During the pandemic, many musicians have revealed their quieter, reduced, more reflective sides. Elvis Costello usually had other ideas.
His 2020 album, ‘Hey Clockface’, was a high-contrast mix: urban retro acoustic pop, crushing rockers, otherworldly electronics. For “Spanish Model” in 2021, he gathered Spanish-speaking rockers to translate lyrics and replace his own vocals on the songs of “This Year’s Model,” his fierce, punky 1978 album with the Attractions. Apparently revisiting the attractions in their most aggressive way led to something. On ‘The Boy Named If’ Costello joins his regular band The Imposters – the original Attractions with a replacement bassist – for songs that kick hard and deep. It’s anything but quiet.
“The Boy Named If” has an elaborate superstructure. The deluxe version adds an 88-page book written and illustrated by Costello, “The Boy Named If and Other Children’s Tales.”

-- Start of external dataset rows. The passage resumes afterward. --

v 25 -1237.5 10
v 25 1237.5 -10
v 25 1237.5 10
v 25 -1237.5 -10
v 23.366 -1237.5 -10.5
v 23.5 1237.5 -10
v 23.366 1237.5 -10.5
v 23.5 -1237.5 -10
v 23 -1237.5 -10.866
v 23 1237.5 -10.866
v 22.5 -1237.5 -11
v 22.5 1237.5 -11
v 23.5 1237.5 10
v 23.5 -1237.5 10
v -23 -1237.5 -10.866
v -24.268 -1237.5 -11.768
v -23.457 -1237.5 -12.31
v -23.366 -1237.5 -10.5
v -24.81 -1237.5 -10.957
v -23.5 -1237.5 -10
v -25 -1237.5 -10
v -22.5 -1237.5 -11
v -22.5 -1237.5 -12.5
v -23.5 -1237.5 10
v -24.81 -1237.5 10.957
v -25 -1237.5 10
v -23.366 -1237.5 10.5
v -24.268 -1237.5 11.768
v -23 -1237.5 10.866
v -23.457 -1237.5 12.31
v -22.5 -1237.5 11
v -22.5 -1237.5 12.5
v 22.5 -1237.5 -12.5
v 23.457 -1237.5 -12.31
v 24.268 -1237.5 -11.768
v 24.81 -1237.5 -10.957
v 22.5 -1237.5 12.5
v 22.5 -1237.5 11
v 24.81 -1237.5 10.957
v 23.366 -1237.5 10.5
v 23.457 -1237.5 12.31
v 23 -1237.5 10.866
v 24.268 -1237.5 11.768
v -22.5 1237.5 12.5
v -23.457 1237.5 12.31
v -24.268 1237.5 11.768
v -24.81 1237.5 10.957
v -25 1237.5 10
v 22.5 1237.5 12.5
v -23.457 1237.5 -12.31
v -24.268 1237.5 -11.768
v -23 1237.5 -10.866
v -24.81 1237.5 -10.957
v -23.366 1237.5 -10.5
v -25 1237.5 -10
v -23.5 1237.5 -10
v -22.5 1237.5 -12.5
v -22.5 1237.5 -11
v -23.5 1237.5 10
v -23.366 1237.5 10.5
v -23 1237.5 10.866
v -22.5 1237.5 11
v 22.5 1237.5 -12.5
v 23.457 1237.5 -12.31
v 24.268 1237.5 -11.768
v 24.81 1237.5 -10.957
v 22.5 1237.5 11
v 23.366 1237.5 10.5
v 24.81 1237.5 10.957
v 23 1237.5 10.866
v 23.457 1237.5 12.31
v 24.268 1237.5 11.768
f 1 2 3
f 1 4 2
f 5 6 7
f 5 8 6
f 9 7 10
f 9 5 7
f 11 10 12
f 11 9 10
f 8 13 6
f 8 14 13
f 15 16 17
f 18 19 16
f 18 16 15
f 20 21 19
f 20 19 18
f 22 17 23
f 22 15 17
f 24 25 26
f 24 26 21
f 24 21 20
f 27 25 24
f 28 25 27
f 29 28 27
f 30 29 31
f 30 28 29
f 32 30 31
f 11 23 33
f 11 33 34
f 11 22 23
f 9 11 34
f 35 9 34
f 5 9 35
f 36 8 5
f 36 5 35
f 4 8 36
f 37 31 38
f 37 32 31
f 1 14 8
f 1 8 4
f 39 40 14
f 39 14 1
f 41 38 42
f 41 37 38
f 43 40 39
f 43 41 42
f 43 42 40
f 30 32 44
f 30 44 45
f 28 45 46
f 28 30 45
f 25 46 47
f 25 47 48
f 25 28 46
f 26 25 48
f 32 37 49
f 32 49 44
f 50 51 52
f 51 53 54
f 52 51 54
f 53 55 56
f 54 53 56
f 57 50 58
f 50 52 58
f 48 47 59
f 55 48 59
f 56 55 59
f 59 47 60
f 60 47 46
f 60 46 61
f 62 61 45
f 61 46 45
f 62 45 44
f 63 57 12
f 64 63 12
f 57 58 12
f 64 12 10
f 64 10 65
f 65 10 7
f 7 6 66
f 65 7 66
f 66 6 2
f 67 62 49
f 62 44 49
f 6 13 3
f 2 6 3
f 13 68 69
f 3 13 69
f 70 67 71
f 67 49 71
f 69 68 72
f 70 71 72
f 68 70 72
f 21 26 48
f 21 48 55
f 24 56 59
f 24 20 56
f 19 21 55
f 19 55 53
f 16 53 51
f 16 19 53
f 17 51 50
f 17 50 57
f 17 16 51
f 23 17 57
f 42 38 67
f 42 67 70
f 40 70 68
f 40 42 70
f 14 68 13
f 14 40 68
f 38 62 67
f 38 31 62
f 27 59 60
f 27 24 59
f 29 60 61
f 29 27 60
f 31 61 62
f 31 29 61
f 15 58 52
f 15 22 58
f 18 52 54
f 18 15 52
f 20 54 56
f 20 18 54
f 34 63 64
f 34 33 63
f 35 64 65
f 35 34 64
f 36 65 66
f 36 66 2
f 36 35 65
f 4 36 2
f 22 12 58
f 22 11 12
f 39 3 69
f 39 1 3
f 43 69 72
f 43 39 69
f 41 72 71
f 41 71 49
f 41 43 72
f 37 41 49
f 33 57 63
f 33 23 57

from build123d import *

# Parameters (mm, degrees)
F1_DEPTH = 1237.5


with BuildPart() as f1:
    # F0 (on Front) → F1 (new body, symmetric)
    with BuildSketch(Plane.XZ):
        with BuildLine():
            ThreePointArc((25, 10), (24.267766953, 11.767766953), (22.5, 12.5))
            Line((22.5, 12.5), (-22.5, 12.5))
            ThreePointArc((-22.5, 12.5), (-24.267766953, 11.767766953), (-25, 10))
            Line((-25, 10), (-25, -10))
            ThreePointArc((-25, -10), (-24.267766953, -11.767766953), (-22.5, -12.5))
            Line((-22.5, -12.5), (22.5, -12.5))
            ThreePointArc((22.5, -12.5), (24.267766953, -11.767766953), (25, -10))
            Line((25, -10), (25, 10))
        make_face()
        with BuildLine():
            ThreePointArc((22.5, 11), (23.2071067812, 10.7071067812), (23.5, 10))
            Line((23.5, 10), (23.5, -10))
            ThreePointArc((23.5, -10), (23.2071067812, -10.7071067812), (22.5, -11))
            Line((22.5, -11), (-22.5, -11))
            ThreePointArc((-22.5, -11), (-23.2071067812, -10.7071067812), (-23.5, -10))
            Line((-23.5, -10), (-23.5, 10))
            ThreePointArc((-23.5, 10), (-23.2071067812, 10.7071067812), (-22.5, 11))
            Line((-22.5, 11), (22.5, 11))
        make_face(mode=Mode.SUBTRACT)
    extrude(amount=F1_DEPTH, both=True)


solid = f1.part
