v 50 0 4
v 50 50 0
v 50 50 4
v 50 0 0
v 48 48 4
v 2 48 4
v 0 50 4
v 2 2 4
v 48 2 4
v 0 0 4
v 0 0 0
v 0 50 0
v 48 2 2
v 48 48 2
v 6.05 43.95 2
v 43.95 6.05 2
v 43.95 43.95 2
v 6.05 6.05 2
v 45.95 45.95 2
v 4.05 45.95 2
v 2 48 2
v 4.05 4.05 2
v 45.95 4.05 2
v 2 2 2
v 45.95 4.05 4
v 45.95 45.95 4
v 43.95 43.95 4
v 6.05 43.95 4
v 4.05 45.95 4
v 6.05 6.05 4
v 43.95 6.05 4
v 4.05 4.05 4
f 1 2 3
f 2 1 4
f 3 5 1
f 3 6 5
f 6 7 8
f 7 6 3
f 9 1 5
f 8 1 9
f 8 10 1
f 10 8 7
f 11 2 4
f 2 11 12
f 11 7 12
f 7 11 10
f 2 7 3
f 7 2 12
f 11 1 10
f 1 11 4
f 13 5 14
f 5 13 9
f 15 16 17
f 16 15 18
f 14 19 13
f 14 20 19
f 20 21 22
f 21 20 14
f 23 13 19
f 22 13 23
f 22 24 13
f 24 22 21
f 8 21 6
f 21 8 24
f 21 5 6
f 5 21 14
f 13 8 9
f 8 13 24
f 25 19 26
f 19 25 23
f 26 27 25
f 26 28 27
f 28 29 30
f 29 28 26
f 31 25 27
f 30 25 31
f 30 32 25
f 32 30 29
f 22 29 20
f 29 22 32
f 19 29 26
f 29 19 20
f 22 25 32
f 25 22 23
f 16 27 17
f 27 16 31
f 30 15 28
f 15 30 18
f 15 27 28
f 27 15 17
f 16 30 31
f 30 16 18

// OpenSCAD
sheet_thickness = 2.05;
wall_thickness = 2;

bracket_edge_length = 50;
bracket_height = 4;

wall_cutout = bracket_edge_length - (wall_thickness * 2);

inner_wall_offset = wall_thickness + sheet_thickness;
inner_wall = bracket_edge_length - (inner_wall_offset * 2);

inner_cutout_offset = inner_wall_offset + wall_thickness;
inner_cutout = bracket_edge_length - (inner_cutout_offset * 2);


difference() {
    cube([bracket_edge_length, bracket_edge_length, bracket_height]);

    translate([wall_thickness, wall_thickness, wall_thickness]) {
        cube([wall_cutout, wall_cutout, wall_thickness]);
    }
}

difference() {
    translate([inner_wall_offset, inner_wall_offset, wall_thickness]) {
        cube([inner_wall, inner_wall, wall_thickness]);
    }

    translate([inner_cutout_offset, inner_cutout_offset, wall_thickness]) {
        cube([inner_cutout, inner_cutout, wall_thickness]);
    }
}
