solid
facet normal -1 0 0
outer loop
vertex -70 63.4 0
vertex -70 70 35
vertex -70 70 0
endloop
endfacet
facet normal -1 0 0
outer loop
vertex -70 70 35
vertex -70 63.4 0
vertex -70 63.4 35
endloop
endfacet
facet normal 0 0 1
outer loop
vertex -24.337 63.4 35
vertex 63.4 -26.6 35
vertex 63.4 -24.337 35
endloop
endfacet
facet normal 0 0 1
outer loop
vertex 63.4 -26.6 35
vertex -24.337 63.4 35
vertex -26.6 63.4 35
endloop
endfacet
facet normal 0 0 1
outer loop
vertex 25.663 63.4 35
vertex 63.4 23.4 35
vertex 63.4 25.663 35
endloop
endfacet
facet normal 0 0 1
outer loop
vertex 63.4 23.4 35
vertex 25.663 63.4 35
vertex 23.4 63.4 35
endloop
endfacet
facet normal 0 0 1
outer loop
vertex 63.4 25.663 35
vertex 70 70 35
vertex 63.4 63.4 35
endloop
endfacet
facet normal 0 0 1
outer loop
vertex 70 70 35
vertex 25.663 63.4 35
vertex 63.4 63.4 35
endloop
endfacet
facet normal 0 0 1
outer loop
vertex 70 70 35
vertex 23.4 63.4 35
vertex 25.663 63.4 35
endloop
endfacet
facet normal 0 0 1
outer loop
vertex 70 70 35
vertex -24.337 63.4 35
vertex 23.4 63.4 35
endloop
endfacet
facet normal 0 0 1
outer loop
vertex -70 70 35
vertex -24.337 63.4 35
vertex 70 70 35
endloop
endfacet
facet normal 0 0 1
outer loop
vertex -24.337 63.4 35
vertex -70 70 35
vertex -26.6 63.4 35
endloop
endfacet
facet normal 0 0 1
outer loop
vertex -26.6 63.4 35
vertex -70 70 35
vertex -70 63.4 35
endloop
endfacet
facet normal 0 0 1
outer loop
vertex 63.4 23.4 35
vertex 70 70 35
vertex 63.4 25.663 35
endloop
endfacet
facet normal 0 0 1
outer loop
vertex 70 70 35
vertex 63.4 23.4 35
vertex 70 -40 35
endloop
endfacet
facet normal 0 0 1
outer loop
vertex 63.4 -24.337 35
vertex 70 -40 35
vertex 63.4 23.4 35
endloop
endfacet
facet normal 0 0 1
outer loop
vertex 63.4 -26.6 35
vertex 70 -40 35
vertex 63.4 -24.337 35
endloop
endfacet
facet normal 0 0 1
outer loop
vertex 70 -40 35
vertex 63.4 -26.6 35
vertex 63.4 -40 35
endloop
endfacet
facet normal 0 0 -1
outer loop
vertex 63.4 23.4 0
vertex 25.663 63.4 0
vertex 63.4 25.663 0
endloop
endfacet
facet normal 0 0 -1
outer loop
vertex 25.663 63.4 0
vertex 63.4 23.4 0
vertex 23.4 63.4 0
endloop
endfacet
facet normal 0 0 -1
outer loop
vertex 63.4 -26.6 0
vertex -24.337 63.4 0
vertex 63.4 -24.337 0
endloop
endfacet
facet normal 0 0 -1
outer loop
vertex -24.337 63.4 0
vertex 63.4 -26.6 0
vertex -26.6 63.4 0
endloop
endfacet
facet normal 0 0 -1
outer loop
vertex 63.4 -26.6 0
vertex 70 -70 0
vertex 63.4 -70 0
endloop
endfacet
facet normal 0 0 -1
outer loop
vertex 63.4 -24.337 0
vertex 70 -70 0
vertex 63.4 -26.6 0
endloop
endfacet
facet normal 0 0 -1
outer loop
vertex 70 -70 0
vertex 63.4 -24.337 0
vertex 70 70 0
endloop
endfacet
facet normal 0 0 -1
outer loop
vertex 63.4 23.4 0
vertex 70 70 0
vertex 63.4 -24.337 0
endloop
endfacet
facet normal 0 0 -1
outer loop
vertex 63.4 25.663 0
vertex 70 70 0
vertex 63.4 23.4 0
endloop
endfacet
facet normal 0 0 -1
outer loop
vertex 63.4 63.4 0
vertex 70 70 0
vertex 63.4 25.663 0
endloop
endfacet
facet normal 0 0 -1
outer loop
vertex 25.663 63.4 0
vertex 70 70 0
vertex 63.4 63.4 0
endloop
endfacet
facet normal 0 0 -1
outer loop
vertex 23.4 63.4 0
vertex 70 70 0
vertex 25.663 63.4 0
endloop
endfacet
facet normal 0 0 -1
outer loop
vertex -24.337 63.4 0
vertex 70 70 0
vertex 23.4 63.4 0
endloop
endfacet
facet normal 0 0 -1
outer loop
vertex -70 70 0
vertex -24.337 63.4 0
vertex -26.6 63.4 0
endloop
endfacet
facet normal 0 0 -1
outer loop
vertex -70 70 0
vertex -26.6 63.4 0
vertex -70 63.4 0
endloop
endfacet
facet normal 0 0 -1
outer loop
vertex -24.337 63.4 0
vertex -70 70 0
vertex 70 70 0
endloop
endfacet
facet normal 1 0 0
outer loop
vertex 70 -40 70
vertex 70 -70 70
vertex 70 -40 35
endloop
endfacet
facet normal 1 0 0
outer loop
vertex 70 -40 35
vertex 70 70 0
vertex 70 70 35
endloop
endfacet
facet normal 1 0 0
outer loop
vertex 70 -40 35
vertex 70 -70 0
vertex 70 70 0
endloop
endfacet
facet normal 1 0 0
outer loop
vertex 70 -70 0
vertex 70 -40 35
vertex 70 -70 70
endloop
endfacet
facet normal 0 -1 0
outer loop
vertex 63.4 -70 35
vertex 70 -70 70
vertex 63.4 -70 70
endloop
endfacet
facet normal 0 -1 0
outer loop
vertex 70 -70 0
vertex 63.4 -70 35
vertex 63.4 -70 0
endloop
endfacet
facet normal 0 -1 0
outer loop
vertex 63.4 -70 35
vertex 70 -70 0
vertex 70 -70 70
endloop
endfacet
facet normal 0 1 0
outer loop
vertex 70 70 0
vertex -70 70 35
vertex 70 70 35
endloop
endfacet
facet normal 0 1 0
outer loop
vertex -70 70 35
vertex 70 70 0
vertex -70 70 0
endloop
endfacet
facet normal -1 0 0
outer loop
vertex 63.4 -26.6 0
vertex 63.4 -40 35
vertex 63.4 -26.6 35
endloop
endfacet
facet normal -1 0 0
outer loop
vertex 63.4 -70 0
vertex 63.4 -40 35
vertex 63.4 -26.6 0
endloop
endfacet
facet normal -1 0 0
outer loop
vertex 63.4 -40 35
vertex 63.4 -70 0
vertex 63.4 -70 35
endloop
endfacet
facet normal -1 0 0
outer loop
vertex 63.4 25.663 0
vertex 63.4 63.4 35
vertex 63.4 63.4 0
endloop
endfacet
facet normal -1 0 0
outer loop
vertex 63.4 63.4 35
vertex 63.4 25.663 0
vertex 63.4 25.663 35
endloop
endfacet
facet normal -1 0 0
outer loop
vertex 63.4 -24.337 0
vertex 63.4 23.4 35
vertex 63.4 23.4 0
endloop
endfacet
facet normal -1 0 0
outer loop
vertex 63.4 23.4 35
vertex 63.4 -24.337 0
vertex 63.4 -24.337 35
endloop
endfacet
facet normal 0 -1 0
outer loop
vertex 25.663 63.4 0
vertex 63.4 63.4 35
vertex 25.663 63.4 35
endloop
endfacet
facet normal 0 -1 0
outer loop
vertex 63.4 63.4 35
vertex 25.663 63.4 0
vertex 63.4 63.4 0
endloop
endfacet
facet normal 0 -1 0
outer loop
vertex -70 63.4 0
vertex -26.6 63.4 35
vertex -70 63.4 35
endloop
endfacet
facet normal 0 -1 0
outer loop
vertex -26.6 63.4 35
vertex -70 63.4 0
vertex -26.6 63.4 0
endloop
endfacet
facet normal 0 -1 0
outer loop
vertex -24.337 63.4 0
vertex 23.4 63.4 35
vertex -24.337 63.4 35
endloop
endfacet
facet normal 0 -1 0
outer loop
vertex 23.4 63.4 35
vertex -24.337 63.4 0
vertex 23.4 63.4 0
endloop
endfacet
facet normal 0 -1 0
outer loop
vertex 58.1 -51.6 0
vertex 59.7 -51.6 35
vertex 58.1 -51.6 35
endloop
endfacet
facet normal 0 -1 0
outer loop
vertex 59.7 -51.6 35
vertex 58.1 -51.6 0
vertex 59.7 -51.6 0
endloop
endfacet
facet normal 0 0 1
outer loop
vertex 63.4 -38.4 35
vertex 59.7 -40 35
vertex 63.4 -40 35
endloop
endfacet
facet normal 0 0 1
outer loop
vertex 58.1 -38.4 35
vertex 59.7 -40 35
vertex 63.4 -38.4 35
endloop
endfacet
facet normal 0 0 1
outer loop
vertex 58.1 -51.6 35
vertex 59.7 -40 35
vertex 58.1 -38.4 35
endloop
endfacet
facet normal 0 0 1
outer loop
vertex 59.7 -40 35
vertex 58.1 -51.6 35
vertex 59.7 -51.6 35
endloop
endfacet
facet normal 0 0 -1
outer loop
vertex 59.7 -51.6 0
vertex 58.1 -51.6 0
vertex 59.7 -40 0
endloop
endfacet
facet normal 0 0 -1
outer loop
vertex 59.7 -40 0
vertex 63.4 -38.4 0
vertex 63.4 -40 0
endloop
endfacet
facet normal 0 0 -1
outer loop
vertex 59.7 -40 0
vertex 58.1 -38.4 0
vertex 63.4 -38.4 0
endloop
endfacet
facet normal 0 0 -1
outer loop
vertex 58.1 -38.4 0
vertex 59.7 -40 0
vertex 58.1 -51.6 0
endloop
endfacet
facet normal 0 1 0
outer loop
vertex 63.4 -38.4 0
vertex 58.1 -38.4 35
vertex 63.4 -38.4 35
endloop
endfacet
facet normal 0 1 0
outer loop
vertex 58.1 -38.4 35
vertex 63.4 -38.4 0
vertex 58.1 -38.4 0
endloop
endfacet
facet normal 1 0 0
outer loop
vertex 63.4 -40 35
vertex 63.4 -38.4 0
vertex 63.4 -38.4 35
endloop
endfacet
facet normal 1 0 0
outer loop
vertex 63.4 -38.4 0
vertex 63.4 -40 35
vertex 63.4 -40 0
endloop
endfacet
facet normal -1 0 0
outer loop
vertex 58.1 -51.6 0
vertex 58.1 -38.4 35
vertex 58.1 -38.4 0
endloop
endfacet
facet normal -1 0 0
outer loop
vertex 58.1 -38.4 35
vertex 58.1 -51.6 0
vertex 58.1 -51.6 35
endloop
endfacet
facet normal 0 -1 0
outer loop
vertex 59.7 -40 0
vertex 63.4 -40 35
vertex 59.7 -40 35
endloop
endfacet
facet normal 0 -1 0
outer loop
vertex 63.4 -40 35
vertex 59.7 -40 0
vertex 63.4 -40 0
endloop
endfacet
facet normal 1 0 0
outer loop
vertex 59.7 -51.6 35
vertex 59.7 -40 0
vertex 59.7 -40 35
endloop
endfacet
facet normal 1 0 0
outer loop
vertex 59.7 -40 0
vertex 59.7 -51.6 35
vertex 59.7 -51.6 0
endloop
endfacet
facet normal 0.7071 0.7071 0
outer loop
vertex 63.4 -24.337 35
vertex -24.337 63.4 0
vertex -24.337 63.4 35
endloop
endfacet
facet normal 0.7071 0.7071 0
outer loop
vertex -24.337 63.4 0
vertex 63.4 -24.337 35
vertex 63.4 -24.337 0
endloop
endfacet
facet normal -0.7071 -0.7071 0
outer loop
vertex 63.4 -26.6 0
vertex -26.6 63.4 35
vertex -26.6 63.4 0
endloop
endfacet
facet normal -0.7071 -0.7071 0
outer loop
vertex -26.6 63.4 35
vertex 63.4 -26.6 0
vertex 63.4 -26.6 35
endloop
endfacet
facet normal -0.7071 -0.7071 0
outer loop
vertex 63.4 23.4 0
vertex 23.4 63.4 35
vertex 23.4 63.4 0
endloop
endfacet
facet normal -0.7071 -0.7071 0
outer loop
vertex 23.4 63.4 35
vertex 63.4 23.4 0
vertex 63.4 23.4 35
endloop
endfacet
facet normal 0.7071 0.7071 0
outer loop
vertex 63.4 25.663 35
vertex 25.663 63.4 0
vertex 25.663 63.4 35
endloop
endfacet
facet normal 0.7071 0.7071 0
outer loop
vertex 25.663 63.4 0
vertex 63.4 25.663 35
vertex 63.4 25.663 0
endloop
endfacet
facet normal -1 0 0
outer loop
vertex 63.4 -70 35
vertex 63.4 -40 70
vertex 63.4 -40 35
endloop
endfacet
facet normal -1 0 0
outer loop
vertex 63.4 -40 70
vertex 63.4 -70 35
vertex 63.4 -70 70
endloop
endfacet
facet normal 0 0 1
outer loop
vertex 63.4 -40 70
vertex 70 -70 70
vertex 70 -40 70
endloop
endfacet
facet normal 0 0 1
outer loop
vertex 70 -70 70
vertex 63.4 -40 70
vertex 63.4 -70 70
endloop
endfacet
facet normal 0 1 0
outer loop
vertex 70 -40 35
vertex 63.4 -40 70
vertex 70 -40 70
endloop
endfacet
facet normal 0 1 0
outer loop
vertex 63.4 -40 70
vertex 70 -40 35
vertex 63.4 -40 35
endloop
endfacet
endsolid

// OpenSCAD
// Sized to fit on a 150x150 bed, leaving enough room for a brim.
length=140;

// This is meant to be about the exact width of the Logitech C310's
// clip/bracket thing. Other cameras in the series hopefully have the same size
// or some similar setup.
width=35;

// The thickness that walls will be printed at on your printer. This is to
// prevent infill, so things print fast. (We're going to use 2 x shell
// thickness.)
shellThickness = 0.8;
wallWidth = 2 * shellThickness;

// millimeters of infill between walls
infill = 5;

thickness = (2*shellThickness+infill);

// Don't do the crossbar all the way so that we don't interfere with where the
// camera has to be strapped on to.
cameraClearance = 40;

// A part sticking out next to the main bracket to easily clamp it down with a
// bulldog clip. Only on one side so that this can still be printed flat.
// I had this 40mm, but then it collides with the linear bearings.
toungeLength = 30;
// Just double up the main width? You might want to set this to your bulldog
// clip's width exactly.
toungeWidth = width;

// The lip goes over the build platform so you can slide the bracket on.
// This is just about the only critical size in here. Measure the bed!
// TIP: print a tiny little bracket with the gap first and test fit that before
// you waste hours and lots of plastic.
lipGap = 3.7;
// If you make this too big, then you're going to cut into your print area.
lipOverlap = 10+wallWidth;

// Two crossbars for strength.
crossbarOffset = length - max(cameraClearance, toungeLength);
halfCrossbarOffset = crossbarOffset / 2;

module crossbar(offset) {
  translate([offset+wallWidth, wallWidth, 0])
  rotate([0, 0, 45+90])
  cube([sqrt(2)*offset, wallWidth, width]);
}

module rightAngle(w1, h1, w2, h2, depth) {
  difference() {
    cube([w1, h1, depth]);
    translate([w1-w2, h1-h2, 0])
    cube([w2, h2, depth]);
  }
}

rotate([0, 0, 180])
translate([-length/2, -length/2, 0]) {
  union() {
    // main
    rightAngle(
      length, length,
      length-thickness, length-thickness,
      width);

    // crossbars
    crossbar(crossbarOffset);
    crossbar(halfCrossbarOffset);

    // tounge
    translate([0, length-toungeLength, toungeWidth])
    cube([thickness, toungeLength, toungeWidth]);

    // lip
    translate([lipGap+thickness+wallWidth, length-(toungeLength+wallWidth), 0])
    rotate([0, 0, 90])
    rightAngle(
      lipOverlap+wallWidth, lipGap+wallWidth,
      lipOverlap, lipGap,
      width);
  }
}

However, it is not made for children. Each song is given a prose vignette – sometimes the lyrics are elaborated, sometimes alternative scenarios are sketched out – alongside bright, blocky drawings with big eyes. The vignettes, like the songs, are full of Costello’s jumpy puns, and they contain lust, infidelity, violence, rapacity, betrayal, deceit, self-deception, and other adult pastimes.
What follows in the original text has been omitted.